Start at the line below containing "#27=ORIENTED_EDGE('',*,*,#26,.T.);" and stop at the line containing "#81=CARTESIAN_POINT('',(2.5,-33.,0.));". Repeat every line of that stretch exactly, and nothing outside it.

[Collected data]
────

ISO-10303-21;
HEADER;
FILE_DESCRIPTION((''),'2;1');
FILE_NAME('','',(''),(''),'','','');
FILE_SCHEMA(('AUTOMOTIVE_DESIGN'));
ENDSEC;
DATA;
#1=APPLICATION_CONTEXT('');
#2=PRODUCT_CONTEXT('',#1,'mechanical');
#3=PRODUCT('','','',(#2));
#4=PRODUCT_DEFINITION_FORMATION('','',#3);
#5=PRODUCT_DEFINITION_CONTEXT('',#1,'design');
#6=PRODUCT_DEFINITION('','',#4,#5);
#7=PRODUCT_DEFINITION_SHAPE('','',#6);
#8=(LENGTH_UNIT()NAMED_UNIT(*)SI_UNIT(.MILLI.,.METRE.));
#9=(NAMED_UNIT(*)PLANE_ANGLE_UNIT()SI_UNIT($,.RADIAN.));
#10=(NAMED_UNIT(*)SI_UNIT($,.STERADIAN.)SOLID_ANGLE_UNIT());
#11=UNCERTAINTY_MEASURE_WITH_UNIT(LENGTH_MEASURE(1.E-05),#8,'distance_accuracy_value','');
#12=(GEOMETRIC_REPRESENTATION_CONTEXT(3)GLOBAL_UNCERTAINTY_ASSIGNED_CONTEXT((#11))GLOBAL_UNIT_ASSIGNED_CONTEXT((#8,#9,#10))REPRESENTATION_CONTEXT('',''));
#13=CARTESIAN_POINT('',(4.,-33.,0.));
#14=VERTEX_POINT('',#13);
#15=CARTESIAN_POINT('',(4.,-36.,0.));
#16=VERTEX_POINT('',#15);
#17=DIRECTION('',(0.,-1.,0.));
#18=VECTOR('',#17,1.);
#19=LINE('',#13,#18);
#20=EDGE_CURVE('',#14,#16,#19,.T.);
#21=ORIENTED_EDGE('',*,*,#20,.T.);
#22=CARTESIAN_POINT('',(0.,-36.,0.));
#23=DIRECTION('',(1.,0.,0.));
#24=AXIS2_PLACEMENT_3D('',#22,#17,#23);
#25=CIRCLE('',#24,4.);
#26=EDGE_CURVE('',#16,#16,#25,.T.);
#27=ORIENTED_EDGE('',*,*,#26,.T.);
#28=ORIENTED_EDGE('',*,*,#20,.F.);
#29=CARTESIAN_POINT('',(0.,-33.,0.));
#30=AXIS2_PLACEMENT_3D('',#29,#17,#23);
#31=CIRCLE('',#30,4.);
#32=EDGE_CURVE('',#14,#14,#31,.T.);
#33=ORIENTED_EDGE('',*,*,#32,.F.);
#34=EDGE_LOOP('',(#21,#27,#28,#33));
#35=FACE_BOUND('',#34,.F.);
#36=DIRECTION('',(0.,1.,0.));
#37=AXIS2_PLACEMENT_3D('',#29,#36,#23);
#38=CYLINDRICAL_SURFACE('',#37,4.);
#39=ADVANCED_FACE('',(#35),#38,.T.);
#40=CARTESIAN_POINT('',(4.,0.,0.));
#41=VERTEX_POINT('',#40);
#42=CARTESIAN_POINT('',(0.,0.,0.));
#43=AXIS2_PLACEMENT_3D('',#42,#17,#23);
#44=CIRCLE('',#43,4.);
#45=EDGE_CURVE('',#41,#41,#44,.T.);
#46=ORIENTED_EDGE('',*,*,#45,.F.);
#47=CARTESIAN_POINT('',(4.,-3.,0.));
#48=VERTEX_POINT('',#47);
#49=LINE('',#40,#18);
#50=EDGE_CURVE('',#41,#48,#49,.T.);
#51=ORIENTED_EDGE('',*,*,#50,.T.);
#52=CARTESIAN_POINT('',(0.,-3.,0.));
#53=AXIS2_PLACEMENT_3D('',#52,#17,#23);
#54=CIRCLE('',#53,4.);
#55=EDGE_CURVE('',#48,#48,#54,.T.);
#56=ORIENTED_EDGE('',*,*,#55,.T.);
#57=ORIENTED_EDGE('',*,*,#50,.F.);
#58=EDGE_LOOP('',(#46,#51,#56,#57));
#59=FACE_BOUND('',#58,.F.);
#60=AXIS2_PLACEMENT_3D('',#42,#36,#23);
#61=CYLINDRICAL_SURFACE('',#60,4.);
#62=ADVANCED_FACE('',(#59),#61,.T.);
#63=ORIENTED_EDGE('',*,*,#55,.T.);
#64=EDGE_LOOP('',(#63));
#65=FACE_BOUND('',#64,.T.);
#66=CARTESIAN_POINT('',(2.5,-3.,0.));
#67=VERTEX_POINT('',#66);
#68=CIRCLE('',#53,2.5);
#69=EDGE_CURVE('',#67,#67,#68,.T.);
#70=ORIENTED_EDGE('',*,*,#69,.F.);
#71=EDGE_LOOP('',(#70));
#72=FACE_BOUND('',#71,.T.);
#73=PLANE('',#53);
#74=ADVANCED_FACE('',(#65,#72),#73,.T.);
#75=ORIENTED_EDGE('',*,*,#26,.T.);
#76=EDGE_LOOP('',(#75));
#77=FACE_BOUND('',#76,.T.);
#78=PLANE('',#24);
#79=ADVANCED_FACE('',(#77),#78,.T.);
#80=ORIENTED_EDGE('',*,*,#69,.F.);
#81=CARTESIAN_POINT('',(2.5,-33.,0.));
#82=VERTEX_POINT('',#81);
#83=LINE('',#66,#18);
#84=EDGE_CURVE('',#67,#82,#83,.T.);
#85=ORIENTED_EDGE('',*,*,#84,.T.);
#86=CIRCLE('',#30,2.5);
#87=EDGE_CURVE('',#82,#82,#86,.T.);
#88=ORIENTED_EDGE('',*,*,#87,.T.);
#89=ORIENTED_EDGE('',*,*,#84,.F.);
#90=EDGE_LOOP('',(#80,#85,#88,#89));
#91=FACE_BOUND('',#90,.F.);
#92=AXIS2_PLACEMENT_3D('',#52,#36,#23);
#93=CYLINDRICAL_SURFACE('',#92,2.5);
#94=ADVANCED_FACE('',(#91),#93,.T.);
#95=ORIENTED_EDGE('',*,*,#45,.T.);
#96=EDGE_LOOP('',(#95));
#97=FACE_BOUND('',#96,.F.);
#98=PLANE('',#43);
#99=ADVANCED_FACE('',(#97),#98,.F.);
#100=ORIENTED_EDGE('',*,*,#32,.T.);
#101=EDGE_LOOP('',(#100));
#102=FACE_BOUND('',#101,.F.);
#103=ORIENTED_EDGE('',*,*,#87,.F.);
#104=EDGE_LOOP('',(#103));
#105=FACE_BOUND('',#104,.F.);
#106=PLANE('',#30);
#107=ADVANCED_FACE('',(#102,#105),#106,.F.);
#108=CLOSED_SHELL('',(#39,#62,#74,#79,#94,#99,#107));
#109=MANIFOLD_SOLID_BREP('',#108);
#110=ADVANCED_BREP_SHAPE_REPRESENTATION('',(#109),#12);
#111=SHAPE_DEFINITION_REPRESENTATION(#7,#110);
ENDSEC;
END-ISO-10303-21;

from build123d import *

# Parameters (mm, degrees)
F0_R     = 4
F1_DEPTH = 3
F2_R     = 2.5
F3_DEPTH = 30
F4_R     = 4
F4_R_2   = 2.5
F5_DEPTH = 3


with BuildPart() as f1:
    # F0 (on Front) → F1 (new body)
    with BuildSketch(Plane.XZ):
        Circle(F0_R)
    extrude(amount=F1_DEPTH)

    # F2 (on face) → F3 (join)
    with BuildSketch(Plane.XZ.offset(3)):
        Circle(F2_R)
    extrude(amount=F3_DEPTH)

    # F4 (on face) → F5 (join)
    with BuildSketch(Plane.XZ.offset(33)):
        Circle(F4_R)
        Circle(F4_R_2, mode=Mode.SUBTRACT)
        Circle(F4_R_2)
    extrude(amount=F5_DEPTH)


solid = f1.part
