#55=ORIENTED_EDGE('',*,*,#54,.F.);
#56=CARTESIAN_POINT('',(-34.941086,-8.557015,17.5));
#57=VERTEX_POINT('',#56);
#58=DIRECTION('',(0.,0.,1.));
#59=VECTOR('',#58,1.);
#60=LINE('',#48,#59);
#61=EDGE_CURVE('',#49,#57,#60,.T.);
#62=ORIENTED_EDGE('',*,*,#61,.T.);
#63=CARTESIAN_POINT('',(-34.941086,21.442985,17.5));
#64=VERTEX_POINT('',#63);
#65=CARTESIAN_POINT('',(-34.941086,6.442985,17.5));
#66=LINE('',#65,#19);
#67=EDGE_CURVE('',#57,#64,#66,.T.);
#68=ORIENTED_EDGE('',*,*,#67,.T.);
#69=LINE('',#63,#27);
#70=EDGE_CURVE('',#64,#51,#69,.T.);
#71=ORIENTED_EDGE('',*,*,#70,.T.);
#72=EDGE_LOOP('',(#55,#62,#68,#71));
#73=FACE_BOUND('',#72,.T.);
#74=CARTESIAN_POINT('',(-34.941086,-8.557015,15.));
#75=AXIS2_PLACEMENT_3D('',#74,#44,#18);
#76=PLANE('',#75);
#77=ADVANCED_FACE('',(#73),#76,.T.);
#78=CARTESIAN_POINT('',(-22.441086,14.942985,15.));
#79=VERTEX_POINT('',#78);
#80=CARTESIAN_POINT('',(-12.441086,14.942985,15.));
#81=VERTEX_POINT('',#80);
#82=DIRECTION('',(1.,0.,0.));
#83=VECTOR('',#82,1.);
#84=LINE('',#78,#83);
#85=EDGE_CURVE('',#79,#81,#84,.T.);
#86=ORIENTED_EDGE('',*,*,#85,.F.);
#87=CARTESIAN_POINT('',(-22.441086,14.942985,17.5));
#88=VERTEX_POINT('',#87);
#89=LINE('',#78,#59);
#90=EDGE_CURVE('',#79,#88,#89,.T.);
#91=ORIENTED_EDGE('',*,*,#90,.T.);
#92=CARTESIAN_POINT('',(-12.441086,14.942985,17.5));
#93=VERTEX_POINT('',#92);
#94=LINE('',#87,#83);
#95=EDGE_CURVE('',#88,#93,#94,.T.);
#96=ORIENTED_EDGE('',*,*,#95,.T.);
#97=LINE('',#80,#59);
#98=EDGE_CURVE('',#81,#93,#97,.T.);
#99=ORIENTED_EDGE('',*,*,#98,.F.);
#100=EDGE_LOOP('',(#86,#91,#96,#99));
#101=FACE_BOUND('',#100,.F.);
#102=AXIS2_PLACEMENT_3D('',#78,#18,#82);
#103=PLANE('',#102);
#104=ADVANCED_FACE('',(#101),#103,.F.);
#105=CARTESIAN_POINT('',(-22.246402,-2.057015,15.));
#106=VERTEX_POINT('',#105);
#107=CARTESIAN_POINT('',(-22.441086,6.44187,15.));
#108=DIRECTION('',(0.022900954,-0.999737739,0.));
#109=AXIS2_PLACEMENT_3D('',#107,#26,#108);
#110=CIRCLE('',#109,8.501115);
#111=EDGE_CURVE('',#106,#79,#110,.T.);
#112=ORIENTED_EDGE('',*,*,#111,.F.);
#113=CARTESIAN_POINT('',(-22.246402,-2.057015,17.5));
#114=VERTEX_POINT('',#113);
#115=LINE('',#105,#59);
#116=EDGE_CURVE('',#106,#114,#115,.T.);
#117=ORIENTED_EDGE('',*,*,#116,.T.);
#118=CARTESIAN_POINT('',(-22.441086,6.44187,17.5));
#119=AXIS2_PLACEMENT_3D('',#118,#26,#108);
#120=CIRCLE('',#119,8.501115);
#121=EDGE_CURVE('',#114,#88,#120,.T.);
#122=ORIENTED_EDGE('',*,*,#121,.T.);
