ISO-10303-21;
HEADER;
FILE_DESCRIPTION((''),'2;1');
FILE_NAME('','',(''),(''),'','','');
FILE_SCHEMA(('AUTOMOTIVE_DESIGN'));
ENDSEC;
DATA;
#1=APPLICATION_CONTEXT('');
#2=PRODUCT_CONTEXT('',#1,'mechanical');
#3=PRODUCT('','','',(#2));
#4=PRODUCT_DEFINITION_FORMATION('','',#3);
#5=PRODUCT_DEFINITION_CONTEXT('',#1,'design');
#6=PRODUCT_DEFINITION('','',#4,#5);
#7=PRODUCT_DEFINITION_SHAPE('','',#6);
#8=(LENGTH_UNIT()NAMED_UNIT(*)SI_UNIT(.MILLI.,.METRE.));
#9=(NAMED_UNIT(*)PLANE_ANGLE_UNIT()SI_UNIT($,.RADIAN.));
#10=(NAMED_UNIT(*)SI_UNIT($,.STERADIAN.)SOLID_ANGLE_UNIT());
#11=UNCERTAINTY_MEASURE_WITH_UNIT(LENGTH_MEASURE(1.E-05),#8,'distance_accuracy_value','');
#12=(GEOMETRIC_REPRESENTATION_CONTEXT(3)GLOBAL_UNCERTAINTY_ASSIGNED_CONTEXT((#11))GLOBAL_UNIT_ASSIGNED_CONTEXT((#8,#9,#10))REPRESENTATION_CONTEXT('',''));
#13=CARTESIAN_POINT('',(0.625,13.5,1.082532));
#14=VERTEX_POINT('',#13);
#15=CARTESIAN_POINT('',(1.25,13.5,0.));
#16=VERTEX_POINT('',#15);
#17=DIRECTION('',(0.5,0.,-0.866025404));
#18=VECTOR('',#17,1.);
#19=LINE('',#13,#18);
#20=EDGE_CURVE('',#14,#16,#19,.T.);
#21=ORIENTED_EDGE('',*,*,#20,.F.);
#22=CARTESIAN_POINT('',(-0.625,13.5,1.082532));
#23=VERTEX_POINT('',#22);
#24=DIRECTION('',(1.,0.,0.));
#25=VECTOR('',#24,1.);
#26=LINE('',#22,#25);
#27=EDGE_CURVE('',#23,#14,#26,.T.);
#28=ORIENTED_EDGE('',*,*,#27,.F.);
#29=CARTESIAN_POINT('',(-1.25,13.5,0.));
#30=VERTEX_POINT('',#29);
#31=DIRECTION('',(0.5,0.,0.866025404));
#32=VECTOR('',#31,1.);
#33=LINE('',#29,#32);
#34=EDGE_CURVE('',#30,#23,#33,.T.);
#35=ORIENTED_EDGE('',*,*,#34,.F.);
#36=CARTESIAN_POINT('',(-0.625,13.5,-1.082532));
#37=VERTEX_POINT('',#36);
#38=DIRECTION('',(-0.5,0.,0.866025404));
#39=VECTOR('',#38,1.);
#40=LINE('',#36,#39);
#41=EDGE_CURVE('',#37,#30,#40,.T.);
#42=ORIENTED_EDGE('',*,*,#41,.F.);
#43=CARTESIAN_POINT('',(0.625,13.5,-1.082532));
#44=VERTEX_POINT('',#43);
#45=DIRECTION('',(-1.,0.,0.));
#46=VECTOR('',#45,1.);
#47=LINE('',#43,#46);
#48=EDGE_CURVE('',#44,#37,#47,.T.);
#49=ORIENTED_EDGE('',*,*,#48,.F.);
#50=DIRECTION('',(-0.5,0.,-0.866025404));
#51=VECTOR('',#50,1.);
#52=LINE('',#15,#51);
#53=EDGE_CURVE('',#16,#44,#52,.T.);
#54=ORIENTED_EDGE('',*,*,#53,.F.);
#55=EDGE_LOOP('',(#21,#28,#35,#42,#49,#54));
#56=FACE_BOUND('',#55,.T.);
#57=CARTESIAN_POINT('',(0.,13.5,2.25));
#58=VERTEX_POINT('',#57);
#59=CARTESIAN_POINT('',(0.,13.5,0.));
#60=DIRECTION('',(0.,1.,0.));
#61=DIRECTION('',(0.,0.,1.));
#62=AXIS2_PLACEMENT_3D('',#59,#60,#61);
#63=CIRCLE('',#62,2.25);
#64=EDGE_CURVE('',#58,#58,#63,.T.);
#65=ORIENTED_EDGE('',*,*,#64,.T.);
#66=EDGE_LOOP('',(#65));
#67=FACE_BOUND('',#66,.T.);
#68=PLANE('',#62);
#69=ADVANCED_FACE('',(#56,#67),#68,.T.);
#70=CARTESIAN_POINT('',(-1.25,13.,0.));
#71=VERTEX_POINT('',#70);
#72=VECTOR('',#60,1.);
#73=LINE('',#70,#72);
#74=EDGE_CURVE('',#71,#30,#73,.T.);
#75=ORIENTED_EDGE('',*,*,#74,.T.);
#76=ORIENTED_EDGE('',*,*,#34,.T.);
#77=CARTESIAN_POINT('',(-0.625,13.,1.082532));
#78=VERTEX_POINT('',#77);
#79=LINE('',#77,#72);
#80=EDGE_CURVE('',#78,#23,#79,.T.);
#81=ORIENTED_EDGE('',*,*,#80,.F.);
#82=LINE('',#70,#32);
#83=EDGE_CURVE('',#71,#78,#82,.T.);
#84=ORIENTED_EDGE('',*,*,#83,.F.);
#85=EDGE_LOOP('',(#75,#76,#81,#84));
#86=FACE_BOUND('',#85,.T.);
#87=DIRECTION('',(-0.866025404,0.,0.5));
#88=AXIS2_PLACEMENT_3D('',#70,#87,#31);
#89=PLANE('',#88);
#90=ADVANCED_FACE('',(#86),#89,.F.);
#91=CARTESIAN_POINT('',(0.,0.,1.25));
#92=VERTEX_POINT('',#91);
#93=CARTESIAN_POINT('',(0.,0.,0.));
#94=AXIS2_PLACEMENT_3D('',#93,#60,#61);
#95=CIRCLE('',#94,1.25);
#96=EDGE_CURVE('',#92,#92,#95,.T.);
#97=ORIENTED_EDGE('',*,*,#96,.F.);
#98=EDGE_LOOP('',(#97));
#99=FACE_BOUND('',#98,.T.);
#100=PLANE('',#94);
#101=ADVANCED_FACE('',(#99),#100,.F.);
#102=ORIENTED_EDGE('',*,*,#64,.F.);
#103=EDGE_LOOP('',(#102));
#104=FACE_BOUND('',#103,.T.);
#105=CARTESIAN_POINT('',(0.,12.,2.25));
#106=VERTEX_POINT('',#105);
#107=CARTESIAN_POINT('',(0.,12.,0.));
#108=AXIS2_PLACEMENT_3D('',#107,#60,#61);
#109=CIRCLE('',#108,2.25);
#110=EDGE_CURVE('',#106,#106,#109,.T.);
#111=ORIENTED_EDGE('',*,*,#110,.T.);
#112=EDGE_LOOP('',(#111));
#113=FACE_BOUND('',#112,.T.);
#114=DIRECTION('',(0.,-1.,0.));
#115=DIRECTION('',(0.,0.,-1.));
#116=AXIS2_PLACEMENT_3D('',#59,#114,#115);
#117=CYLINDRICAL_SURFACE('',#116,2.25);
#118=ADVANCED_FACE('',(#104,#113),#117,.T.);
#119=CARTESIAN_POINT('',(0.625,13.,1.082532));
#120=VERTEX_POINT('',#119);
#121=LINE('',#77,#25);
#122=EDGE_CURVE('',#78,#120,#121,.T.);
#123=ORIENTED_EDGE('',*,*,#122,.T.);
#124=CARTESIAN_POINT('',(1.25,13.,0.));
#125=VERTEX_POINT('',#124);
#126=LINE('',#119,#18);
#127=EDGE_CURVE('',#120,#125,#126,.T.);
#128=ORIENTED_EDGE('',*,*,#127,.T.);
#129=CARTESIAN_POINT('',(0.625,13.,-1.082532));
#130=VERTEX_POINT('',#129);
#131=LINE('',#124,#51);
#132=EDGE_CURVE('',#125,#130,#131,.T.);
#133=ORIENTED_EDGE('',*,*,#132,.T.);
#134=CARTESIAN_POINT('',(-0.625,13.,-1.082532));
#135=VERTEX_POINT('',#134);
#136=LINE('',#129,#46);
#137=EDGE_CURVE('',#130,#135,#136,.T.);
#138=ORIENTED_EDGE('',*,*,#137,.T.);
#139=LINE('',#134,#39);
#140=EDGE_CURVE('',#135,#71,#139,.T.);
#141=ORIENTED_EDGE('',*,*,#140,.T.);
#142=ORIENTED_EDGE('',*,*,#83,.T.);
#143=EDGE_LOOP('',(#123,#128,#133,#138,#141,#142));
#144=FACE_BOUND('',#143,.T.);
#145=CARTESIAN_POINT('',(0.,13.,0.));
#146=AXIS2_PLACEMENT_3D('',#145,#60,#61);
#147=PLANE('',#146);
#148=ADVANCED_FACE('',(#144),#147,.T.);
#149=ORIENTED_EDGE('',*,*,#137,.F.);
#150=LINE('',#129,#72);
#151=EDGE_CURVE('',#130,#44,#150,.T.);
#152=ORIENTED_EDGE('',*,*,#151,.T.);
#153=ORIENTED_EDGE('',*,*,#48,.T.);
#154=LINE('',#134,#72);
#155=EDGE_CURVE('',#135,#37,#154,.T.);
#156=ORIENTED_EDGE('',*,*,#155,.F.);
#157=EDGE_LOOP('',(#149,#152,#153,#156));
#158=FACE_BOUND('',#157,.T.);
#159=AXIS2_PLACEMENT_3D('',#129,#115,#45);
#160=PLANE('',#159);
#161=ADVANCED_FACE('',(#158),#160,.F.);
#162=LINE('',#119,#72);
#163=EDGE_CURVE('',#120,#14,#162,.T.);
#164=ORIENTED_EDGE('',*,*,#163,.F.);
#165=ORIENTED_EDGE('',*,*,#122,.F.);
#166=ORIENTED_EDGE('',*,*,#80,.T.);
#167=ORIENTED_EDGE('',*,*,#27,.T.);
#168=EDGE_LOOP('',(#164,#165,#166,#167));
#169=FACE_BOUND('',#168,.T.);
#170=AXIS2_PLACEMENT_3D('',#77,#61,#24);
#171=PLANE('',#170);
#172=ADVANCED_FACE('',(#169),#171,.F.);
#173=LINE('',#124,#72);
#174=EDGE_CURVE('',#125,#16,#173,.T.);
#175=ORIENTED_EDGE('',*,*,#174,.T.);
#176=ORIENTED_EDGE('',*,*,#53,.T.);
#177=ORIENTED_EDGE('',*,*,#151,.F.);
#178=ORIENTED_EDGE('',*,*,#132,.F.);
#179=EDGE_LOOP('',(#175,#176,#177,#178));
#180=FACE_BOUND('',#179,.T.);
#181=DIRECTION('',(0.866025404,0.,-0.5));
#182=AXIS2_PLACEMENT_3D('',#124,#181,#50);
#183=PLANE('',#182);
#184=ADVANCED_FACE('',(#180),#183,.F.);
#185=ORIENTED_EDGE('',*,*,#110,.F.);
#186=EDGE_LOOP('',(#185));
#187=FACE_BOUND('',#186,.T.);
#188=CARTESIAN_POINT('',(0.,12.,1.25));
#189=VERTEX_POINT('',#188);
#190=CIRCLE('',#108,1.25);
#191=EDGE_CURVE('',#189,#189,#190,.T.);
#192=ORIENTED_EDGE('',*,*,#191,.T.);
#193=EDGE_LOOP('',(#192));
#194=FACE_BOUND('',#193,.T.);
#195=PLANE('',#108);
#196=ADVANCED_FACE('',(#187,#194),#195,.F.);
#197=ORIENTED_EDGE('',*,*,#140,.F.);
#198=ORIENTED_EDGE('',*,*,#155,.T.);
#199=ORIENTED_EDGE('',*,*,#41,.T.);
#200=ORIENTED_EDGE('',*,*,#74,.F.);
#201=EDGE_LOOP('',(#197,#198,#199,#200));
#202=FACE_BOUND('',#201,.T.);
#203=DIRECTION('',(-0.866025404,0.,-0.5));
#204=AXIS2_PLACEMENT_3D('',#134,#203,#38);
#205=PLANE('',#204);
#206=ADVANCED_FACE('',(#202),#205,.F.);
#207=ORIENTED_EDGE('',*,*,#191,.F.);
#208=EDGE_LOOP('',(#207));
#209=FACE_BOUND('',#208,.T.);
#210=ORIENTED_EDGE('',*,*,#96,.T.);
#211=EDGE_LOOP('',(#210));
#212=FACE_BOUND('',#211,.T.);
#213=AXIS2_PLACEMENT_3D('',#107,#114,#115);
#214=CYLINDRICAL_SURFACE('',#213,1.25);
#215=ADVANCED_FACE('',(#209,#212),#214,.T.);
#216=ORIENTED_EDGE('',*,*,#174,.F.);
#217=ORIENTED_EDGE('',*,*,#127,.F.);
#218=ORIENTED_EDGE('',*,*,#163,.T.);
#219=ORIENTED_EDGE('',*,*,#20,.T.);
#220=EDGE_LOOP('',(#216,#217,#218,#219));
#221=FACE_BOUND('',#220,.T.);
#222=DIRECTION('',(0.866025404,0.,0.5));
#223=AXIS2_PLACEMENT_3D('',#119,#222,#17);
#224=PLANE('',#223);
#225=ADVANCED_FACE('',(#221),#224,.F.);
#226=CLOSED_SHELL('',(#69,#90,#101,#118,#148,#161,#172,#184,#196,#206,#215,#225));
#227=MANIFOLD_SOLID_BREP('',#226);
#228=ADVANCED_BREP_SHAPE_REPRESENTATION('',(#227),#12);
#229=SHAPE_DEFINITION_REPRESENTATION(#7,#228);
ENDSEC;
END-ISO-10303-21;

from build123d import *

# Parameters (mm, degrees)
SKETCH1_R           = 1.25
BOSS_EXTRUDE1_DEPTH = 12
SKETCH4_R           = 2.25
BOSS_EXTRUDE2_DEPTH = 1.5
CUT_EXTRUDE1_DEPTH  = 0.5


with BuildPart() as part:
    # Sketch1 → Boss-Extrude1 (new body)
    with BuildSketch(Plane(origin=(0, 0, 0), x_dir=(1, 0, 0), z_dir=(0, 1, 0))):
        Circle(SKETCH1_R)
    extrude(amount=BOSS_EXTRUDE1_DEPTH)

    # Sketch4 → Boss-Extrude2 (add)
    with BuildSketch(Plane(origin=(0, 12, 0), x_dir=(1, 0, 0), z_dir=(0, 1, 0))):
        Circle(SKETCH4_R)
    extrude(amount=BOSS_EXTRUDE2_DEPTH)

    # Sketch5 → Cut-Extrude1 (cut)
    with BuildSketch(Plane(origin=(0, 13.5, 0), x_dir=(1, 0, 0), z_dir=(0, 1, 0))):
        Polygon((1.25, 0), (0.625, 1.082531755), (-0.625, 1.082531755), (-1.25, 0), (-0.625, -1.082531755), (0.625, -1.082531755), align=None)
    extrude(amount=-CUT_EXTRUDE1_DEPTH, mode=Mode.SUBTRACT)


solid = part.part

────

> OUTPUT BELOW:
#27=ORIENTED_EDGE('',*,*,#26,.T.);
#28=ORIENTED_EDGE('',*,*,#20,.F.);
#29=CARTESIAN_POINT('',(0.,-33.,0.));
#30=AXIS2_PLACEMENT_3D('',#29,#17,#23);
#31=CIRCLE('',#30,4.);
#32=EDGE_CURVE('',#14,#14,#31,.T.);
#33=ORIENTED_EDGE('',*,*,#32,.F.);
#34=EDGE_LOOP('',(#21,#27,#28,#33));
#35=FACE_BOUND('',#34,.F.);
#36=DIRECTION('',(0.,1.,0.));
#37=AXIS2_PLACEMENT_3D('',#29,#36,#23);
#38=CYLINDRICAL_SURFACE('',#37,4.);
#39=ADVANCED_FACE('',(#35),#38,.T.);
#40=CARTESIAN_POINT('',(4.,0.,0.));
#41=VERTEX_POINT('',#40);
#42=CARTESIAN_POINT('',(0.,0.,0.));
#43=AXIS2_PLACEMENT_3D('',#42,#17,#23);
#44=CIRCLE('',#43,4.);
#45=EDGE_CURVE('',#41,#41,#44,.T.);
#46=ORIENTED_EDGE('',*,*,#45,.F.);
#47=CARTESIAN_POINT('',(4.,-3.,0.));
#48=VERTEX_POINT('',#47);
#49=LINE('',#40,#18);
#50=EDGE_CURVE('',#41,#48,#49,.T.);
#51=ORIENTED_EDGE('',*,*,#50,.T.);
#52=CARTESIAN_POINT('',(0.,-3.,0.));
#53=AXIS2_PLACEMENT_3D('',#52,#17,#23);
#54=CIRCLE('',#53,4.);
#55=EDGE_CURVE('',#48,#48,#54,.T.);
#56=ORIENTED_EDGE('',*,*,#55,.T.);
#57=ORIENTED_EDGE('',*,*,#50,.F.);
#58=EDGE_LOOP('',(#46,#51,#56,#57));
#59=FACE_BOUND('',#58,.F.);
#60=AXIS2_PLACEMENT_3D('',#42,#36,#23);
#61=CYLINDRICAL_SURFACE('',#60,4.);
#62=ADVANCED_FACE('',(#59),#61,.T.);
#63=ORIENTED_EDGE('',*,*,#55,.T.);
#64=EDGE_LOOP('',(#63));
#65=FACE_BOUND('',#64,.T.);
#66=CARTESIAN_POINT('',(2.5,-3.,0.));
#67=VERTEX_POINT('',#66);
#68=CIRCLE('',#53,2.5);
#69=EDGE_CURVE('',#67,#67,#68,.T.);
#70=ORIENTED_EDGE('',*,*,#69,.F.);
#71=EDGE_LOOP('',(#70));
#72=FACE_BOUND('',#71,.T.);
#73=PLANE('',#53);
#74=ADVANCED_FACE('',(#65,#72),#73,.T.);
#75=ORIENTED_EDGE('',*,*,#26,.T.);
#76=EDGE_LOOP('',(#75));
#77=FACE_BOUND('',#76,.T.);
#78=PLANE('',#24);
#79=ADVANCED_FACE('',(#77),#78,.T.);
#80=ORIENTED_EDGE('',*,*,#69,.F.);
#81=CARTESIAN_POINT('',(2.5,-33.,0.));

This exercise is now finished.